Use websockets for standalone async servers and clients. It has the largest community, correct protocol handling, and clean asyncio integration. For Django projects, use Django Channels — it plugs into Django’s ORM and auth system. For FastAPI, use the built-in WebSocket support (Starlette underneath). Avoid python-websocket (the older synchronous library) for new projects — it blocks on every operation and can’t handle concurrent connections efficiently.

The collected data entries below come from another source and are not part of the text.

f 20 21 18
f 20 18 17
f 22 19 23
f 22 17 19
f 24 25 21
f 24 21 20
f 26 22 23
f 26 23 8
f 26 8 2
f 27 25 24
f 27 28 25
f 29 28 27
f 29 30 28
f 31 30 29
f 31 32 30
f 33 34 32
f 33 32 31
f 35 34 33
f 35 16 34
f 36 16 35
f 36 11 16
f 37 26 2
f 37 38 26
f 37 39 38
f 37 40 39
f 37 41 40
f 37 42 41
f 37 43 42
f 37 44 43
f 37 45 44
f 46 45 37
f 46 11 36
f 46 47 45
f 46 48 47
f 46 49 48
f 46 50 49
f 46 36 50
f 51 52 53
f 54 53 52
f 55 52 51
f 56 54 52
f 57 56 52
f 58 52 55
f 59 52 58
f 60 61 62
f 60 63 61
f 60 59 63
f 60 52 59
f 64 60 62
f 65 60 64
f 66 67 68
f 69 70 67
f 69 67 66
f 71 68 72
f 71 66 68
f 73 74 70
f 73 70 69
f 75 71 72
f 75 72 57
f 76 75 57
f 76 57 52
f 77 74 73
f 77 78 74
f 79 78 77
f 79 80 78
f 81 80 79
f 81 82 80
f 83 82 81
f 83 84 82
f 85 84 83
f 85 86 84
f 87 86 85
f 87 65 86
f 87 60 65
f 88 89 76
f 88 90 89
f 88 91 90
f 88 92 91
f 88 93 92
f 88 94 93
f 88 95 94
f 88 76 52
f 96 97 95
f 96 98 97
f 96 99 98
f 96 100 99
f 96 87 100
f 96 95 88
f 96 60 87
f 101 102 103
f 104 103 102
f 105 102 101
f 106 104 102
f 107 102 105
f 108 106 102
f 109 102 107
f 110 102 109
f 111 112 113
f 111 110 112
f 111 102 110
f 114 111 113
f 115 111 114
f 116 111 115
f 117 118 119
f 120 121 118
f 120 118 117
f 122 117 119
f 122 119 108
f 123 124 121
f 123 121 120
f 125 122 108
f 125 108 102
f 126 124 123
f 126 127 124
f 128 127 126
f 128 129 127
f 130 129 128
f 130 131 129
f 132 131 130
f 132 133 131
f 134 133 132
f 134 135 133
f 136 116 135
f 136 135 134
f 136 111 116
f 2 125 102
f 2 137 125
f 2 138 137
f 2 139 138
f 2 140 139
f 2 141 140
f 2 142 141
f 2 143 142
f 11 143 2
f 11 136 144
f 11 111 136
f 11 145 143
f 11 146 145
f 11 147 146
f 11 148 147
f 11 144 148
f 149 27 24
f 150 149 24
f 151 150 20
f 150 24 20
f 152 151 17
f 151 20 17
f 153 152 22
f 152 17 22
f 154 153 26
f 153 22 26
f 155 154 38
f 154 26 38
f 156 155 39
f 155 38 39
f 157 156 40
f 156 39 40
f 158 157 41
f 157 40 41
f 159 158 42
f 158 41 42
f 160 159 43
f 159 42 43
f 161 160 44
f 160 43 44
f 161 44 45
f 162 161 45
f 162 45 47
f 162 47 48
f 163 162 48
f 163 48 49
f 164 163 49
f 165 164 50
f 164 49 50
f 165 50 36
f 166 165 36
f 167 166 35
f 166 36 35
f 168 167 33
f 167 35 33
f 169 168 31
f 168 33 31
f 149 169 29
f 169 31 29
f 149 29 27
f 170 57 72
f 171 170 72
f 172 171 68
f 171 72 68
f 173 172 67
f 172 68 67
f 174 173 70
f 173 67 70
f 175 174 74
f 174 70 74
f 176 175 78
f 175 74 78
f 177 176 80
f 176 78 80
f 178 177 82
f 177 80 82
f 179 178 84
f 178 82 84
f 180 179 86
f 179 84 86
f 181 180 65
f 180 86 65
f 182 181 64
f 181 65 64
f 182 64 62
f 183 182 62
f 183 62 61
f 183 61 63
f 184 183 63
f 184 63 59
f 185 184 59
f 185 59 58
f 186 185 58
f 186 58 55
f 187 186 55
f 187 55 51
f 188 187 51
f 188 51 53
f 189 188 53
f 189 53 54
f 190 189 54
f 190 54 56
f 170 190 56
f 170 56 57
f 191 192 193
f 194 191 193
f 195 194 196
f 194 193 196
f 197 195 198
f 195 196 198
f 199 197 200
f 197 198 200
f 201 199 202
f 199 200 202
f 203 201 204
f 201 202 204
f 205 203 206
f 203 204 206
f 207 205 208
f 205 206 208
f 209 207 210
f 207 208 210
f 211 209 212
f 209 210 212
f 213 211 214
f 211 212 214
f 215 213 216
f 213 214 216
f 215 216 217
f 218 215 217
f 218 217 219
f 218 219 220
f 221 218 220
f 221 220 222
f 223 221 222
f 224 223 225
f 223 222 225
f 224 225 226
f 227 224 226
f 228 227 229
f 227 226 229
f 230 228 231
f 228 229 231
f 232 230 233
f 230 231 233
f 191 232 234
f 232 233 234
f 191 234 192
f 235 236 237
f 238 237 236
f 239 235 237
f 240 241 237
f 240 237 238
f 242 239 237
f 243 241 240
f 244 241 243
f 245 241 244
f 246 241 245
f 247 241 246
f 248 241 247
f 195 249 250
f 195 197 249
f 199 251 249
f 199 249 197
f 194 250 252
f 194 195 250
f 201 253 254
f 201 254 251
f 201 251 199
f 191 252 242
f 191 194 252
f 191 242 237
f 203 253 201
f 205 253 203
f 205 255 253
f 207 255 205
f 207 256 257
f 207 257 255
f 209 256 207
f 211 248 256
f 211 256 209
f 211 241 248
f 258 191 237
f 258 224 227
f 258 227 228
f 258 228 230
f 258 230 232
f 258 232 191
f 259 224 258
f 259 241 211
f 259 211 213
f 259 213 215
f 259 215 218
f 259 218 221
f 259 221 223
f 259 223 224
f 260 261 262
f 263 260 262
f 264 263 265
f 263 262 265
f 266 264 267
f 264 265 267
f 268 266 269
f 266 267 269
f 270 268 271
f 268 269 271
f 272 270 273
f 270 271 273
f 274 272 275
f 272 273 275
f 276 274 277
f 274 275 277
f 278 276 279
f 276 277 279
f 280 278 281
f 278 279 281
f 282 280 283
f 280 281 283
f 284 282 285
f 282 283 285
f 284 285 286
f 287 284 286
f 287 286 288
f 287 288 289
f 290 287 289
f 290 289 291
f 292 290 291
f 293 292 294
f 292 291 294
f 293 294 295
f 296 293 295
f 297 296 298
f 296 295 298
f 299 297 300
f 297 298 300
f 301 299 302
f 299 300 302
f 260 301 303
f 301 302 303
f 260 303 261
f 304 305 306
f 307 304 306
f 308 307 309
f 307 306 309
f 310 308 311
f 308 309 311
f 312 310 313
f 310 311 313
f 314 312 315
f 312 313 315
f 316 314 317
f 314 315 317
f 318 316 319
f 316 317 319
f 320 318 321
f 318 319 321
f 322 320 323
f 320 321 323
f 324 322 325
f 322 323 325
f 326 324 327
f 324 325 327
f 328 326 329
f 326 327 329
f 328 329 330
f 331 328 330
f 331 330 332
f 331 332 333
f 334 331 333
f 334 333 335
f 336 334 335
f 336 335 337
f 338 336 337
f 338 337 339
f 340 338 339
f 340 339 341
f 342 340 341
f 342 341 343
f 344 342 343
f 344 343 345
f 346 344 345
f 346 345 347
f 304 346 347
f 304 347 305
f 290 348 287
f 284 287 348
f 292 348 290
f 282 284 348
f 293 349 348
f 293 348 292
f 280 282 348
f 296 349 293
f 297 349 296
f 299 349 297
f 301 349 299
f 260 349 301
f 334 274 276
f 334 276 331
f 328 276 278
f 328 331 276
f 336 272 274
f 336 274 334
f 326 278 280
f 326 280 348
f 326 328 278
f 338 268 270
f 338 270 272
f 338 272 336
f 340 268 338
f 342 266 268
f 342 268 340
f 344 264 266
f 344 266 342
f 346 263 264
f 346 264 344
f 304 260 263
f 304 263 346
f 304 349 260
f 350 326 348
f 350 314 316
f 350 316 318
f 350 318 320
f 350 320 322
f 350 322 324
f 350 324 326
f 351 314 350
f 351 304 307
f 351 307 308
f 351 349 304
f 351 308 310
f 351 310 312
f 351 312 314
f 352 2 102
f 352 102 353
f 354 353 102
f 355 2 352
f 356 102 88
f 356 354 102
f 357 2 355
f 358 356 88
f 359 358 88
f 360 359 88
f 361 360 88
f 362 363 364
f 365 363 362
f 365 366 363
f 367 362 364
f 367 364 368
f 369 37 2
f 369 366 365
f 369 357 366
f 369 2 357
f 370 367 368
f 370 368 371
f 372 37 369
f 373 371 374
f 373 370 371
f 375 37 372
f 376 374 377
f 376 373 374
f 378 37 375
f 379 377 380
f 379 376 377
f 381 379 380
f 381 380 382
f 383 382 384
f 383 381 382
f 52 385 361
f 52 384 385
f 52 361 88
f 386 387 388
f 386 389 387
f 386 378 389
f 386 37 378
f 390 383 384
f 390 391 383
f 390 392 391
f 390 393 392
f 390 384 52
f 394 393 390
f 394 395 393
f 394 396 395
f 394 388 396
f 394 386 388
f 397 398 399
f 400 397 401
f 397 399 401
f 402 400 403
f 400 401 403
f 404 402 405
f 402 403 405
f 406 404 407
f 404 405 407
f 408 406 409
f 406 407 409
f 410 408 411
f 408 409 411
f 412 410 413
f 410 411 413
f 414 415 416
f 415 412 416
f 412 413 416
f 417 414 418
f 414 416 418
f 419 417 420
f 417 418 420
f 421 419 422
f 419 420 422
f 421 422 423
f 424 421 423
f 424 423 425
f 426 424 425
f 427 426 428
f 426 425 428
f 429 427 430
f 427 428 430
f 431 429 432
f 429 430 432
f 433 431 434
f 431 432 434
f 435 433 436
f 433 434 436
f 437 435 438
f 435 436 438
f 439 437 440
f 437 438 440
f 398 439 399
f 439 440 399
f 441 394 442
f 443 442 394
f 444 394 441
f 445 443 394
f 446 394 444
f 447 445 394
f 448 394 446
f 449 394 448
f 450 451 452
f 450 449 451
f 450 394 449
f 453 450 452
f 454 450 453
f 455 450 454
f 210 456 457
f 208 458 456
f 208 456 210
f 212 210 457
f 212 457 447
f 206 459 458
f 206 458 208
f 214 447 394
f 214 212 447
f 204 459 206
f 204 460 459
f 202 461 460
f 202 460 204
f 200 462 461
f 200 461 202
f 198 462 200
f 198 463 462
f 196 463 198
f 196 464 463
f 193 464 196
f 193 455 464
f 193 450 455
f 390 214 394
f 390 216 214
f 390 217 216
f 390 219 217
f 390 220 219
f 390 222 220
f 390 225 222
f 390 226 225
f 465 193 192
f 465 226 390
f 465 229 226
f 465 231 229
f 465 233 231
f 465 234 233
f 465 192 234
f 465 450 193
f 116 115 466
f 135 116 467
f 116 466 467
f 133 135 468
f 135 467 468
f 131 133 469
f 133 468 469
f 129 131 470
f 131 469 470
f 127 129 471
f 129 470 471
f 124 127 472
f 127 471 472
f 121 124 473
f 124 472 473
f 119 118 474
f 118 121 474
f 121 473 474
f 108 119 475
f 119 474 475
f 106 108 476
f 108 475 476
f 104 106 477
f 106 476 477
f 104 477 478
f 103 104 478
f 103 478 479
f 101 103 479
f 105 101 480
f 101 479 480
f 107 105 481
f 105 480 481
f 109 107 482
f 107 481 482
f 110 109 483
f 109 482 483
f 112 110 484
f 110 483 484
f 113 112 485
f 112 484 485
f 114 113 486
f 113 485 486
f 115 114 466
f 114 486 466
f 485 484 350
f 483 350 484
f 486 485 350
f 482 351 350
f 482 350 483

Wrap your connection in a loop with exponential backoff, as shown in the client example above. The details most tutorials skip: cap your backoff at 30 seconds (otherwise clients wait forever), add jitter (otherwise all clients reconnect simultaneously after an outage and create a thundering herd), and decide what to do about messages missed during disconnection. If you need guaranteed delivery, you need a protocol layer like Socket.IO or Ably that tracks message history and resumes from the last received message.

Can Python handle thousands of WebSocket connections?

Section titled “Can Python handle thousands of WebSocket connections?”

Yes. Asyncio multiplexes connections on a single thread — no thread-per-connection overhead. A single process handles roughly 10K concurrent connections before you hit the event loop’s throughput limit. Use uvloop to push that higher. Beyond that, run multiple worker processes behind a load balancer. The bottleneck is rarely connection count itself — it’s what you do per message. Routing JSON is fine. Heavy computation per message is where Python slows down.

How do I deploy a Python WebSocket server in production?

Section titled “How do I deploy a Python WebSocket server in production?”

Run your server behind Nginx for TLS termination and use systemd or Docker for process management. Key details people miss: set LimitNOFILE to at least 65535 (the default 1024 caps you at ~1000 connections), set Nginx’s proxy_read_timeout to 86400 (the 60-second default kills idle WebSocket connections), and bind to 0.0.0.0 not localhost (or containers and proxies can’t reach it). See the deployment section for configs.